Such graciousness seemed doubtful. They were closing with a broad speckled underbelly, the Jonah already dwindling behind. The speckles were clusters of ruby-dark froth. The Leviathan was at least ten times the size of the Jonah, giving the sex act an air of elephantine comedy. As they approached, she felt fresh fear; this creature was the size of a small mountain range.

This time they donated momentum to their new host through a web of bubbles that seemed to pop and re-form as they plunged through the mass, each impact buffeting, slowing them. Cley bounced off the elastic walls of their own seed-sphere. Seeker seemed to absorb them and barely move.

When they came to rest amid a bank of green growths, a large needle expertly jabbed at their bubble. Ruby light from the walls gave a hellish, threatening cast to the approaching spiky point. The needle entered; Cley braced herself—but the bubble did not pop. The needle snout seemed to sniff around. The point moved powerfully and was quite capable, Cley saw, of skewering them both. She backed away from it—and Seeker raised a leg and urinated directly onto it. “No, thank you,” Seeker said.

The needle jerked back and fled. Then their bubble popped, releasing them.

Again Seeker led her through a dizzy maze of verdant growths, following clues she could not see. “Where’re we going?”

“To find the captain.”

“Somebody guides this?”

“Doesn’t your body guide you?”

“Well, I sure thought I was in charge.”

“Then please adjust your digestion so that you never fart again.”

“Is that a complaint? I’ll work on it. Where’s this Leviathan going?”

“To the outer worlds.”

“You think we’re safe here for now?”

“We are safe nowhere. But here we hide in numbers.”

Cley dodged a wriggling, slick-skinned teardrop that had sprouted teeth. “You figure the Malign can’t be sure where I am? It tracked me pretty well so far.”

“Here there are many more complex forms than you. They may smother your traces.”

“What about this Talent of mine? Can’t this mind pick up my…well, my Talent-smell?”

Seeker’s mouth twisted judicially. “That is possible.”

“Damn! I wish Kata hadn’t provoked mine to activity.”

“She had to.”

Cley had been following Seeker closely, scrambling to keep up as they bounced from rubbery walls and glided down twisted passageways, deeper into the Leviathan. Seeker’s remark made her stop for a moment, gasping in the sweet, cloying air. “Had to?”

“You will need it. And the Talent takes time to grow.”
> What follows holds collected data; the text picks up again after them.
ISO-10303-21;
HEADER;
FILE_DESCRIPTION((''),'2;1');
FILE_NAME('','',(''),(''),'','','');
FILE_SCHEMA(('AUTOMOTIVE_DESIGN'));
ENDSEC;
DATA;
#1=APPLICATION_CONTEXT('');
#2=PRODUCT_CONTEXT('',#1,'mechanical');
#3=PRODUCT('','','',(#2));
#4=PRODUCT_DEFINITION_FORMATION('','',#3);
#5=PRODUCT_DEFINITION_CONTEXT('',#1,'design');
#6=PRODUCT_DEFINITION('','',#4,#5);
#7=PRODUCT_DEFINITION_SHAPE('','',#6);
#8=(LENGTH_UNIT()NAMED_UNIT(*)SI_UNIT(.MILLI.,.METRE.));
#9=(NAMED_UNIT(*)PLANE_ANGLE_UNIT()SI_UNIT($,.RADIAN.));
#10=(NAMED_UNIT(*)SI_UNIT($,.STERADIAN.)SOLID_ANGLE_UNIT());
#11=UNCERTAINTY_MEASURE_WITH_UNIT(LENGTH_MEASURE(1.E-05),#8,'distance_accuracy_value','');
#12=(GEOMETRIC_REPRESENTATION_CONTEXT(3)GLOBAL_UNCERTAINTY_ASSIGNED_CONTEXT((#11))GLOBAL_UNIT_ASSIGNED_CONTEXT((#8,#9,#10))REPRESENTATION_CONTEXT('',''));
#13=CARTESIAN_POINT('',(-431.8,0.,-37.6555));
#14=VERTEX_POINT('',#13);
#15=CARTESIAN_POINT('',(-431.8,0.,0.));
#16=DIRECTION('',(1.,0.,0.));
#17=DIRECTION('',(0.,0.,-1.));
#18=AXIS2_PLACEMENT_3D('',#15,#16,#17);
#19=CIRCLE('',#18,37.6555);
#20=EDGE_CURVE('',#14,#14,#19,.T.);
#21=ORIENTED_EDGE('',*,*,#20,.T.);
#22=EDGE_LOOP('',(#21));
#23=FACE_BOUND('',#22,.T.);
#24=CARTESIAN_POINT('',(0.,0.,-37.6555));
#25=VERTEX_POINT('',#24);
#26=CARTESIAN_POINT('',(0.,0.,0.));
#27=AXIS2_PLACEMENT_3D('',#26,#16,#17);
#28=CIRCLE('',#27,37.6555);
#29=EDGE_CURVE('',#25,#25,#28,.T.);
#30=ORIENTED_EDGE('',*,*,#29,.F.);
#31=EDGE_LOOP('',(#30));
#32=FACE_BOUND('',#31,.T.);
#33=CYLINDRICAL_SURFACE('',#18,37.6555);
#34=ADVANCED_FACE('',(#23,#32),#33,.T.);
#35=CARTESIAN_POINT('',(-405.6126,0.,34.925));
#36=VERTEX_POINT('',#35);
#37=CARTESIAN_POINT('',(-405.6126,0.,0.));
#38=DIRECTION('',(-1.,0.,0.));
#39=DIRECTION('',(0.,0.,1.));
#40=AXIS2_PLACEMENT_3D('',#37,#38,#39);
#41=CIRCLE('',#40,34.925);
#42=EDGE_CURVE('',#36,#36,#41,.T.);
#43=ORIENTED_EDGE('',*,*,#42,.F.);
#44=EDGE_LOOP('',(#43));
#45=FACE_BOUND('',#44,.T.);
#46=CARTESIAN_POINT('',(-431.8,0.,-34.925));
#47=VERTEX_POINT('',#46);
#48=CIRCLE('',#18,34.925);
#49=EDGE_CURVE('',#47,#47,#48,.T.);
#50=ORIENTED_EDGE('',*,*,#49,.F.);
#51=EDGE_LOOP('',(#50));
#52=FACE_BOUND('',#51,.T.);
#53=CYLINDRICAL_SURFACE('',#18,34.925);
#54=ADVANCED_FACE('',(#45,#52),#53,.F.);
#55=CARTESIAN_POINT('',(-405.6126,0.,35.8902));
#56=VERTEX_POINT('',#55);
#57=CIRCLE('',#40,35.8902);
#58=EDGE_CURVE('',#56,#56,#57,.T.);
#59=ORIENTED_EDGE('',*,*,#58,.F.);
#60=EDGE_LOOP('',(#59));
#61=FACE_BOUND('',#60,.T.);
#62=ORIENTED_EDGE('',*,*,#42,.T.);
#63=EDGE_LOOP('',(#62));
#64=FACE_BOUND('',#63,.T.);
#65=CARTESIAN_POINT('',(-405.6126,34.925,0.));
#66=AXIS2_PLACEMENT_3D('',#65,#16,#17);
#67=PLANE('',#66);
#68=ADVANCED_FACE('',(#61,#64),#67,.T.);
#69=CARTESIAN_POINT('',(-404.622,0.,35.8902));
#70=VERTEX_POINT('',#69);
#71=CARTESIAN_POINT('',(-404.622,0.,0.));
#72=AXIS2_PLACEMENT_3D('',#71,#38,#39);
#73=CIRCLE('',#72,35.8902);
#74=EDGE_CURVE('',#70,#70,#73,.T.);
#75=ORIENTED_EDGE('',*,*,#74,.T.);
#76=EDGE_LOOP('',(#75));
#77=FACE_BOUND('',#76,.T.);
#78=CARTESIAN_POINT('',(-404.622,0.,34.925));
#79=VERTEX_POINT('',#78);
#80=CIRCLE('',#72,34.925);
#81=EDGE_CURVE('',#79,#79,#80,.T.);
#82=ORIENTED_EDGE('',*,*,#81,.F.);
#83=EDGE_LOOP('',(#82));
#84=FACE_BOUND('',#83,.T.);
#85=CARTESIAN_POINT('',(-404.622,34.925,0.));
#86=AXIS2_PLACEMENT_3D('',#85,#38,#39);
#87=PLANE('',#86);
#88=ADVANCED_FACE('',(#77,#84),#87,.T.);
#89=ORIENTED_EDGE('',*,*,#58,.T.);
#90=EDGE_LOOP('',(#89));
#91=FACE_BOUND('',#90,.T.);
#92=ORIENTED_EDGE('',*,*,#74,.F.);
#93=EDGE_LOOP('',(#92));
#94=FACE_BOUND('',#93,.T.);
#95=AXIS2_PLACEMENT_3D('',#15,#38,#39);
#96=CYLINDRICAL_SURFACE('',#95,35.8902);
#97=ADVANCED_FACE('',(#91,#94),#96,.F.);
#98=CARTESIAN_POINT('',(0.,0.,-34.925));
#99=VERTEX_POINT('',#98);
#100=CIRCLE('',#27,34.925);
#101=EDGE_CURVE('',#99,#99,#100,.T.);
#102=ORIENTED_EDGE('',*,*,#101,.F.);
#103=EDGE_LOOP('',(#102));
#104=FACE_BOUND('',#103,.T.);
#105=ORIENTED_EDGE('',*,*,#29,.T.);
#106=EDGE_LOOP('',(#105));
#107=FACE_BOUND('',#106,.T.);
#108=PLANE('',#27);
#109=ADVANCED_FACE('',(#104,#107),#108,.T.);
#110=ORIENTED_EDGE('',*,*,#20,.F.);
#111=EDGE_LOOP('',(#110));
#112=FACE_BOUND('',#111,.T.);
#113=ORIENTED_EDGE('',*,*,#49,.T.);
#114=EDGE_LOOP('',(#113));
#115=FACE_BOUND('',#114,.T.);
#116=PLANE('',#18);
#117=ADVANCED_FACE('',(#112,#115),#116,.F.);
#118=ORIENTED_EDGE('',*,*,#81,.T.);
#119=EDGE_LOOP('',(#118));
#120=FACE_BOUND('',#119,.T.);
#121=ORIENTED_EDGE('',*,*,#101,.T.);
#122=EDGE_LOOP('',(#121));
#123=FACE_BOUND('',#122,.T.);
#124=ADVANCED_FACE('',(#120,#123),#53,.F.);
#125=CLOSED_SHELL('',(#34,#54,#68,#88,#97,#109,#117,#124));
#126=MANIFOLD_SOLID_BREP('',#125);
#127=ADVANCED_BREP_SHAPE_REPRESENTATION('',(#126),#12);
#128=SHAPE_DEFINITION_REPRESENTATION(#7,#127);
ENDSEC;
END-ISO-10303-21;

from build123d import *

# Parameters (mm, degrees)
SKETCH1_R           = 37.6555
SKETCH1_R_2         = 34.925
BOSS_EXTRUDE1_DEPTH = 431.8
SKETCH3_W           = 0.9906
SKETCH3_H           = 0.9652


with BuildPart() as part:
    # Sketch1 → Boss-Extrude1 (new body)
    with BuildSketch(Plane(origin=(0, 0, 0), x_dir=(0, 0, -1), z_dir=(1, 0, 0))):
        Circle(SKETCH1_R)
        Circle(SKETCH1_R_2, mode=Mode.SUBTRACT)
    extrude(amount=-BOSS_EXTRUDE1_DEPTH)

    # Sketch3 → Z-92479A230 Snap Ring Groove (revolve, cut)
    with BuildSketch(Plane.XY, mode=Mode.PRIVATE) as z_92479a230_snap_ring_groove_sk:
        with Locations((-405.1173, 35.4076)):
            Rectangle(SKETCH3_W, SKETCH3_H)
    revolve(z_92479a230_snap_ring_groove_sk.sketch.rotate(Axis((-431.8, 0, 0), (1, 0, 0)), 270), axis=Axis((-431.8, 0, 0), (1, 0, 0)), mode=Mode.SUBTRACT)


solid = part.part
Cley wanted to bellow out her frustration at the speed and confusion of events, but she knew by now that Seeker would only give her its sardonic, black-lipped grin. Seeker slowed and veered into crowded layers of great, broad leaves. These seemed to attach to branches, but the scale was so large, Cley could not see where the gradually thickening dark brown wood ended. Among the leaves scampered and leaped many small creatures.
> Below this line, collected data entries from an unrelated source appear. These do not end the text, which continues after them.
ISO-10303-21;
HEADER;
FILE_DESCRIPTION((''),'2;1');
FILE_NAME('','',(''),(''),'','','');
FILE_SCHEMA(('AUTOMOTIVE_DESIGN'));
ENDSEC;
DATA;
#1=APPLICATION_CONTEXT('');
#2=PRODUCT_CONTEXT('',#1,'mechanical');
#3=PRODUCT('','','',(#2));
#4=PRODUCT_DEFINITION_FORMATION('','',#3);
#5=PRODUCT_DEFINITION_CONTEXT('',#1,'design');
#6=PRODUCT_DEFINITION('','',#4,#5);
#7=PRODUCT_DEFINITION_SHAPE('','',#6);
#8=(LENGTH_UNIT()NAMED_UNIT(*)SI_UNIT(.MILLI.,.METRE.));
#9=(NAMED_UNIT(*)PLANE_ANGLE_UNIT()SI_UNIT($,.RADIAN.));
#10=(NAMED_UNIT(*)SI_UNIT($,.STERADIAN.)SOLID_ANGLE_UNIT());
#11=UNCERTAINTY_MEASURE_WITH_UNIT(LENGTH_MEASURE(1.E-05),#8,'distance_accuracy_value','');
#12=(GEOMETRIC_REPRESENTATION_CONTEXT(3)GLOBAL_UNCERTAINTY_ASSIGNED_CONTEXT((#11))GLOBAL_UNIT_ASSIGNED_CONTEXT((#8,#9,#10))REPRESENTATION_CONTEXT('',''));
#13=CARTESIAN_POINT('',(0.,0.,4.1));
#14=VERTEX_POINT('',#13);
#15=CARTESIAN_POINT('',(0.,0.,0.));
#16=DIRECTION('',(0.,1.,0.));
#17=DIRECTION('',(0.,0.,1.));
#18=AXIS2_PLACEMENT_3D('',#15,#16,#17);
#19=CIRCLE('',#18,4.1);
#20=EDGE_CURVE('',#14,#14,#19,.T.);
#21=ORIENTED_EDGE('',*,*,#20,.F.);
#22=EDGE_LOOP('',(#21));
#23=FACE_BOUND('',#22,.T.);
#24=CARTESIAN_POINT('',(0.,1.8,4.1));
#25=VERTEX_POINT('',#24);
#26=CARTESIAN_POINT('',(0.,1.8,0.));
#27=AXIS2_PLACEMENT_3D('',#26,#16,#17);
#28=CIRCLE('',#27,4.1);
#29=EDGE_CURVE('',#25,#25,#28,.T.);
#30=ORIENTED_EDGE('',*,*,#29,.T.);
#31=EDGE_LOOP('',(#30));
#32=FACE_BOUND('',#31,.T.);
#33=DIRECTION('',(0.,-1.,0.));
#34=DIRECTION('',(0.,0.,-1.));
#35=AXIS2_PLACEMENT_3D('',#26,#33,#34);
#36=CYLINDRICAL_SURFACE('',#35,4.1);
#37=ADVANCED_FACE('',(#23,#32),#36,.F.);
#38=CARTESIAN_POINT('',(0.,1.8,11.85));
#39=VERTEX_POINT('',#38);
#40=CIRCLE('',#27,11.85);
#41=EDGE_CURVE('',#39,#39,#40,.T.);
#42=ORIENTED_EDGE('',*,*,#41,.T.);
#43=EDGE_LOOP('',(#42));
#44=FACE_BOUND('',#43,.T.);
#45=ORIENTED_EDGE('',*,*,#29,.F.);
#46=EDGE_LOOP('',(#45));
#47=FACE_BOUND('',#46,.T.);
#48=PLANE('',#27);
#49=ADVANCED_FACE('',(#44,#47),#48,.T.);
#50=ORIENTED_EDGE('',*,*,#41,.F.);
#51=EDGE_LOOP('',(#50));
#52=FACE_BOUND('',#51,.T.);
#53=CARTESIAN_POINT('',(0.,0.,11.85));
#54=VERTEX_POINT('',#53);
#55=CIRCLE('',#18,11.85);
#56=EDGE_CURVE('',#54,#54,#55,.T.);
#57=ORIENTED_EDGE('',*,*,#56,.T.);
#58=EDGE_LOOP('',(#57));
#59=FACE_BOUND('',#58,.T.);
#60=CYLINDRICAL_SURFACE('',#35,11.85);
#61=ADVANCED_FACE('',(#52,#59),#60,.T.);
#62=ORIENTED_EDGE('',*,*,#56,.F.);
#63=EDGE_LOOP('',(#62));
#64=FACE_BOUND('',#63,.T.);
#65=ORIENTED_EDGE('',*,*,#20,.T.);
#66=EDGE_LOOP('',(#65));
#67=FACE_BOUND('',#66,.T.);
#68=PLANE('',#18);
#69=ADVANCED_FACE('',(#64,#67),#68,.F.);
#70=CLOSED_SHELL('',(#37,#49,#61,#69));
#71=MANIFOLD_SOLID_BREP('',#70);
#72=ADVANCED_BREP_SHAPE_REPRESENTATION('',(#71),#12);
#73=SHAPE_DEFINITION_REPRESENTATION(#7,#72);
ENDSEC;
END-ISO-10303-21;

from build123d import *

# Parameters (mm, degrees)
SKETCH1_R           = 11.85
SKETCH1_R_2         = 4.1
BOSS_EXTRUDE1_DEPTH = 1.8


with BuildPart() as part:
    # Sketch1 → Boss-Extrude1 (new body)
    with BuildSketch(Plane(origin=(0, 0, 0), x_dir=(1, 0, 0), z_dir=(0, 1, 0))):
        with Locations(Location((0, 0, 0), (0, 0, 270))):  # turned: the seam where the file's is
            Circle(SKETCH1_R)
        with Locations(Location((0, 0, 0), (0, 0, 270))):  # turned: the seam where the file's is
            Circle(SKETCH1_R_2, mode=Mode.SUBTRACT)
    extrude(amount=BOSS_EXTRUDE1_DEPTH)


solid = part.part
She found that without her noticing any transition, somehow this zone had gained a slight gravity. She fell from one leaf to another, slid down to a third, and landed on a catlike creature. It squashed like a pillow. Then, with a shudder, it died in her hands, provoking a pang of guilt. The cat had wings and sleek orange fur. Her heart ached at the beauty of it.

Seeker came ambling back along a thin branch, saw the bird-cat, and gruffed approval. “You are learning.” With a few movements of its razor claws it had skinned the cat and plucked off gobbets of meat. Cley bit her lip, concentrated on the dripping leaves, and moved on.

The goal of finding the captain faded as she grew hungry. Seeker snatched at tubular insects and crunched them with relish, but Cley wasn’t up to that…yet. It slowly dawned on Cley that this immense inner territory was not some comfortable green lounge for passengers. It was a world, intact and with its own purposes.

Passengers were in no way special. They had to compete for advantages and food. This point came clear when they chanced upon a large ribbed beast lying partly dismembered on a branch. Seeker stopped, pensively studying the savaged hulk. Cley saw that the fur markings, snout, and wide teeth resembled Seeker’s.

“Your, uh, kind?”

“We had common origins.”

Cley could not read anything resembling sadness in Seeker’s face. “How many of you are there?”

“Not enough. Though the numbers mean nothing.”

“You knew this one?”

Seeker gazed at the mess pensively. “Ummmm…yes. I mingled genetic information with it.”

“Oh! I’m sorry, I…”

Seeker kicked at the carcass, which was now attracting a cloud of scavenger mites. “It was an enemy.”

“After you, ah, ‘mingled’? I mean…”

“Before and after.”

“But then why did you—I mean, usually we don’t…”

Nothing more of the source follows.